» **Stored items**
----

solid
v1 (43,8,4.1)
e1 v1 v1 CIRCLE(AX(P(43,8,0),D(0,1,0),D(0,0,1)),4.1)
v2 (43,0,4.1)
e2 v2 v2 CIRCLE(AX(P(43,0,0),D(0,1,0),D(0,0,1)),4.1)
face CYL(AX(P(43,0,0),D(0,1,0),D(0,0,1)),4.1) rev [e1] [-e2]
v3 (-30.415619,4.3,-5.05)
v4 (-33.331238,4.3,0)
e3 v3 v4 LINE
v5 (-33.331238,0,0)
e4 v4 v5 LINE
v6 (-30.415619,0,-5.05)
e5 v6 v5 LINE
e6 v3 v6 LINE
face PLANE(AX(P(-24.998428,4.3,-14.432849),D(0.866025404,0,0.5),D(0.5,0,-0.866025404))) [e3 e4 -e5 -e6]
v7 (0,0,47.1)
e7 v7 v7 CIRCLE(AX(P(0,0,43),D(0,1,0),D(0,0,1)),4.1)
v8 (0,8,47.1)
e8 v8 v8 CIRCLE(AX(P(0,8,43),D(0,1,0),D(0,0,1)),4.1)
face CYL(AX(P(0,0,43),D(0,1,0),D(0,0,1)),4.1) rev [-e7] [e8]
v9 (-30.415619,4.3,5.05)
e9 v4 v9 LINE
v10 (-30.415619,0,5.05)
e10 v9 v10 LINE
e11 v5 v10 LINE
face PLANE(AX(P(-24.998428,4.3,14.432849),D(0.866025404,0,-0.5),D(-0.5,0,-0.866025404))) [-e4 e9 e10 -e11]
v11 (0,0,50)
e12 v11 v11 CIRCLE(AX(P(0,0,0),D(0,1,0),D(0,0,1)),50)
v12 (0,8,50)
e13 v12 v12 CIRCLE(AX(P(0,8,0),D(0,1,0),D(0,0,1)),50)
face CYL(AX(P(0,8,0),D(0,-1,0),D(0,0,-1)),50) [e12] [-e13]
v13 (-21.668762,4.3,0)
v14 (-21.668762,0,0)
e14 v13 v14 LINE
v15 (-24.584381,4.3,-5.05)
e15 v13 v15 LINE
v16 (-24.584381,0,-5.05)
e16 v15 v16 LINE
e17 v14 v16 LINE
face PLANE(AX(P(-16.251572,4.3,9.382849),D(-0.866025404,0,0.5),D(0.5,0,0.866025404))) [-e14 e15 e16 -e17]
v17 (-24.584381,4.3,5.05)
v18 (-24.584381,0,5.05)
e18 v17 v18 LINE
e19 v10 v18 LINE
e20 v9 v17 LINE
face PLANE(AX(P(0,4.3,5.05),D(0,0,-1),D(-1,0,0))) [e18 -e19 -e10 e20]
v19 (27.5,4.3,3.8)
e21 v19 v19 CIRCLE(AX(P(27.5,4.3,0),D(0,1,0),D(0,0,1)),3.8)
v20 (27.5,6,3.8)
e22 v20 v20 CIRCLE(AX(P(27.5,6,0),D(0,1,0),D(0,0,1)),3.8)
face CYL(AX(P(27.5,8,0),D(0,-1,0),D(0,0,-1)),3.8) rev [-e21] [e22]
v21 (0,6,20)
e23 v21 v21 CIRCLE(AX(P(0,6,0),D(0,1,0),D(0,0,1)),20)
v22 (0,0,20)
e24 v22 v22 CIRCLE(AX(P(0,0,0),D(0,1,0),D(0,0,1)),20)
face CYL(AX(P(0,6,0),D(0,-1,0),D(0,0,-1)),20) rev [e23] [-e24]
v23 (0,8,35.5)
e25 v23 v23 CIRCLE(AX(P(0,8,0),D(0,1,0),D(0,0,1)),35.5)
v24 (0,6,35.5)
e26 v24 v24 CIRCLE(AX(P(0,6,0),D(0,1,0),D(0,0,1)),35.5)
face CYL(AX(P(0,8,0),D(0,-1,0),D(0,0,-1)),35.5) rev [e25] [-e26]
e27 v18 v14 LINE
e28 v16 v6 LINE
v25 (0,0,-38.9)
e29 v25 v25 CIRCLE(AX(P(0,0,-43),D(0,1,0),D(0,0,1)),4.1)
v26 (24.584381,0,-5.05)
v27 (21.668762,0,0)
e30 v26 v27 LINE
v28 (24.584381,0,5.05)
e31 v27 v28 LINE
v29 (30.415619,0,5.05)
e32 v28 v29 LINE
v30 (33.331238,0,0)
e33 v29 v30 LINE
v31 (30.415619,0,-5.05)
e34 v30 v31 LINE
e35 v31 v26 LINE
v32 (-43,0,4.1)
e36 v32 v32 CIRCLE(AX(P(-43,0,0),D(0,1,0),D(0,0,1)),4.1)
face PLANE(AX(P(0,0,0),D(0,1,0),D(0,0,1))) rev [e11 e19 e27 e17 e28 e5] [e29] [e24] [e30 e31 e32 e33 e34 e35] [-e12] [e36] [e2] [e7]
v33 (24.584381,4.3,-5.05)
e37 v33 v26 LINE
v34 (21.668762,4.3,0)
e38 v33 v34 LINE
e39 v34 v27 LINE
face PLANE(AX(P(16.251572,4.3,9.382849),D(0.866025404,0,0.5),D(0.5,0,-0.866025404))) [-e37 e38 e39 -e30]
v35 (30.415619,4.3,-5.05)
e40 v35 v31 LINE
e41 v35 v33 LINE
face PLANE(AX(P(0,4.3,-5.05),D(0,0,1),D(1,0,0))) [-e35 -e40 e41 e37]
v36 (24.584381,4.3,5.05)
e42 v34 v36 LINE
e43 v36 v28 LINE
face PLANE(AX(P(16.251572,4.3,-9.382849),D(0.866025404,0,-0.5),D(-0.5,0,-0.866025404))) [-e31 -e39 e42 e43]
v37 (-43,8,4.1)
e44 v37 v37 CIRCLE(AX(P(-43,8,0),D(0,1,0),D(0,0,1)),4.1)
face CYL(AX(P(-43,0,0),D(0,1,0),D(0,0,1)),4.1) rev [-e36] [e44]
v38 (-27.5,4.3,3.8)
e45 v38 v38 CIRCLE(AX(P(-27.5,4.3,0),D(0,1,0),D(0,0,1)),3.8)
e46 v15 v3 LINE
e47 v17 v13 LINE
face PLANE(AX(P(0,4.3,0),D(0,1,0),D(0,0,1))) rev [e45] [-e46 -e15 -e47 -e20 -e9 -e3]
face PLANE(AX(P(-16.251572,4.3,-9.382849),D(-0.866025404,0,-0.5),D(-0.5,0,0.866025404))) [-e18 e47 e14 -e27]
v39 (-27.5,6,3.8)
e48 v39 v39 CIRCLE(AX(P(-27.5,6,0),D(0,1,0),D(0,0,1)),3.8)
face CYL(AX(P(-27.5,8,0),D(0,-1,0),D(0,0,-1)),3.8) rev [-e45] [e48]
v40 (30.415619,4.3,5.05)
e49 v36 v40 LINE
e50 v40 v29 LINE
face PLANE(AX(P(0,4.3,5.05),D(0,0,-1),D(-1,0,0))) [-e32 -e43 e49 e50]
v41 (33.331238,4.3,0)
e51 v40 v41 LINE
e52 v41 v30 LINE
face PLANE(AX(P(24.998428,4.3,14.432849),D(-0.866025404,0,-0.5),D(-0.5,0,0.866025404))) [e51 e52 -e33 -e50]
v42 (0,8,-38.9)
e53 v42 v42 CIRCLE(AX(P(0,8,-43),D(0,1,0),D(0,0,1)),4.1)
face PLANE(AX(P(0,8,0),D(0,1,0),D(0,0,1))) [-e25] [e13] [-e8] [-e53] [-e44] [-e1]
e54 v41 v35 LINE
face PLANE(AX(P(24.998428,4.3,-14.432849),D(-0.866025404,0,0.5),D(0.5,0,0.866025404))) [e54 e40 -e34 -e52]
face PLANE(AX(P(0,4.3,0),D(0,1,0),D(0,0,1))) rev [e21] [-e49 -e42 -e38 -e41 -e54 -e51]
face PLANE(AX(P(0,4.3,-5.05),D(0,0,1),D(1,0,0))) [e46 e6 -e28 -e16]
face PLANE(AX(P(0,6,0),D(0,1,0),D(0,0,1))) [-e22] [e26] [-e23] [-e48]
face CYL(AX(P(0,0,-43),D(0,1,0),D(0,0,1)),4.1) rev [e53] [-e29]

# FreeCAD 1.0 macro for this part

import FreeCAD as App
import Part
import Sketcher
Q = App.Units.Quantity


def add_polygon(sketch, points):
    """Adds a closed chain of lines whose ends are joined by coincident constraints."""
    first, n = sketch.GeometryCount, len(points)
    for a, b in zip(points, points[1:] + points[:1]):
        sketch.addGeometry(Part.LineSegment(App.Vector(*a, 0), App.Vector(*b, 0)), False)
    for i in range(n):
        sketch.addConstraint(Sketcher.Constraint("Coincident", first + i, 2, first + (i + 1) % n, 1))

doc = App.newDocument("Part")
body = doc.addObject("PartDesign::Body", "Body")

# Sketch on XZ plane
sketch1 = body.newObject("Sketcher::SketchObject", "Sketch")
sketch1.AttachmentSupport = (doc.getObject("XZ_Plane"), [""])
sketch1.MapMode = "FlatFace"
sketch1.addGeometry([
    Part.Circle(App.Vector(0, 0, 0), App.Vector(0, 0, 1), 50),
    Part.Circle(App.Vector(0, 0, 0), App.Vector(0, 0, 1), 35.5),
], False)
sketch1.addConstraint([
    Sketcher.Constraint("Coincident", 0, 3, -1, 1),
    Sketcher.Constraint("Coincident", 1, 3, -1, 1),
    Sketcher.Constraint("Diameter", 0, 100.0),
    Sketcher.Constraint("Diameter", 1, 71.0),
])
pad1 = body.newObject("PartDesign::Pad", "Pad")
pad1.Profile = sketch1
pad1.Length = 8
pad1.Reversed = True

# Sketch on XZ plane
sketch2 = body.newObject("Sketcher::SketchObject", "Sketch001")
sketch2.AttachmentSupport = (doc.getObject("XZ_Plane"), [""])
sketch2.MapMode = "FlatFace"
sketch2.AttachmentOffset = App.Placement(App.Vector(0, 0, -8), App.Rotation())
sketch2.addGeometry([
    Part.Circle(App.Vector(0, 43, 0), App.Vector(0, 0, 1), 4.1),
    Part.Circle(App.Vector(-43, 0, 0), App.Vector(0, 0, 1), 4.1),
    Part.Circle(App.Vector(0, -43, 0), App.Vector(0, 0, 1), 4.1),
    Part.Circle(App.Vector(43, 0, 0), App.Vector(0, 0, 1), 4.1),
], False)
sketch2.addConstraint([
    Sketcher.Constraint("Equal", 0, 1),
    Sketcher.Constraint("Equal", 1, 2),
    Sketcher.Constraint("Equal", 2, 3),
    Sketcher.Constraint("Symmetric", 0, 3, 2, 3, -1, 1),
    Sketcher.Constraint("Symmetric", 1, 3, 3, 3, -1, 1),
    Sketcher.Constraint("PointOnObject", 0, 3, -2),
    Sketcher.Constraint("PointOnObject", 1, 3, -1),
    Sketcher.Constraint("Diameter", 0, 8.2),
    Sketcher.Constraint("DistanceY", -1, 1, 0, 3, 43.0),
    Sketcher.Constraint("DistanceX", 1, 3, -1, 1, 43.0),
])
pocket1 = body.newObject("PartDesign::Pocket", "Pocket")
pocket1.Profile = sketch2
pocket1.Type = "ThroughAll"
pocket1.Midplane = True

# Sketch on XZ plane
sketch3 = body.newObject("Sketcher::SketchObject", "Sketch002")
sketch3.AttachmentSupport = (doc.getObject("XZ_Plane"), [""])
sketch3.MapMode = "FlatFace"
sketch3.addGeometry([
    Part.Circle(App.Vector(0, 0, 0), App.Vector(0, 0, 1), 35.5),
    Part.Circle(App.Vector(0, 0, 0), App.Vector(0, 0, 1), 20),
], False)
sketch3.addConstraint([
    Sketcher.Constraint("Coincident", 0, 3, -1, 1),
    Sketcher.Constraint("Coincident", 1, 3, -1, 1),
    Sketcher.Constraint("Diameter", 0, 71.0),
    Sketcher.Constraint("Diameter", 1, 40.0),
])
pad2 = body.newObject("PartDesign::Pad", "Pad001")
pad2.Profile = sketch3
pad2.Length = 6
pad2.Reversed = True

# Sketch on XZ plane
sketch4 = body.newObject("Sketcher::SketchObject", "Sketch003")
sketch4.AttachmentSupport = (doc.getObject("XZ_Plane"), [""])
sketch4.MapMode = "FlatFace"
add_polygon(sketch4, [(-21.668762, 0), (-24.584381, -5.05), (-30.415619, -5.05), (-33.331238, 0), (-30.415619, 5.05), (-24.584381, 5.05)])  # lines 0-5
add_polygon(sketch4, [(33.331238, 0), (30.415619, -5.05), (24.584381, -5.05), (21.668762, 0), (24.584381, 5.05), (30.415619, 5.05)])  # lines 6-11
sketch4.addConstraint([
    Sketcher.Constraint("Horizontal", 1),
    Sketcher.Constraint("Horizontal", 4),
    Sketcher.Constraint("Horizontal", 7),
    Sketcher.Constraint("Horizontal", 10),
    Sketcher.Constraint("Symmetric", 3, 2, 6, 2, -1, 1),
    Sketcher.Constraint("Symmetric", 5, 2, 8, 2, -1, 1),
    Sketcher.Constraint("Symmetric", 0, 2, 9, 2, -1, 1),
    Sketcher.Constraint("Symmetric", 2, 2, 11, 2, -1, 1),
    Sketcher.Constraint("Symmetric", 1, 2, 6, 2, -2),
    Sketcher.Constraint("PointOnObject", 2, 2, -1),
    Sketcher.Constraint("PointOnObject", 5, 2, -1),
    Sketcher.Constraint("Parallel", 0, 3),
    Sketcher.Constraint("Parallel", 2, 5),
    Sketcher.Constraint("Parallel", 5, 8),
    Sketcher.Constraint("Parallel", 8, 11),
    Sketcher.Constraint("Angle", 0, Q("-120 deg")),
    Sketcher.Constraint("DistanceX", 0, 2, 6, 2, 55.0),
    Sketcher.Constraint("DistanceY", 1, 2, 3, 2, 10.1),
    Sketcher.Constraint("DistanceX", 1, 2, 1, 1, 5.831238),
])
pocket2 = body.newObject("PartDesign::Pocket", "Pocket001")
pocket2.Profile = sketch4
pocket2.Length = 4.3

# Sketch on XZ plane
sketch5 = body.newObject("Sketcher::SketchObject", "Sketch004")
sketch5.AttachmentSupport = (doc.getObject("XZ_Plane"), [""])
sketch5.MapMode = "FlatFace"
sketch5.AttachmentOffset = App.Placement(App.Vector(0, 0, -6), App.Rotation())
sketch5.addGeometry([
    Part.Circle(App.Vector(-27.5, 0, 0), App.Vector(0, 0, 1), 3.8),
    Part.Circle(App.Vector(27.5, 0, 0), App.Vector(0, 0, 1), 3.8),
], False)
sketch5.addConstraint([
    Sketcher.Constraint("Equal", 0, 1),
    Sketcher.Constraint("Symmetric", 0, 3, 1, 3, -1, 1),
    Sketcher.Constraint("PointOnObject", 0, 3, -1),
    Sketcher.Constraint("Diameter", 0, 7.6),
    Sketcher.Constraint("DistanceX", 0, 3, 1, 3, 55.0),
])
pocket3 = body.newObject("PartDesign::Pocket", "Pocket002")
pocket3.Profile = sketch5
pocket3.Type = "ThroughAll"
pocket3.Midplane = True

doc.recompute()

----

Return exactly the lines above from the line that has "e12 v11 v11" through the line that has "e14 v13 v14 LINE", inclusive, and nothing else.

» **Response**
e12 v11 v11 CIRCLE(AX(P(0,0,0),D(0,1,0),D(0,0,1)),50)
v12 (0,8,50)
e13 v12 v12 CIRCLE(AX(P(0,8,0),D(0,1,0),D(0,0,1)),50)
face CYL(AX(P(0,8,0),D(0,-1,0),D(0,0,-1)),50) [e12] [-e13]
v13 (-21.668762,4.3,0)
v14 (-21.668762,0,0)
e14 v13 v14 LINE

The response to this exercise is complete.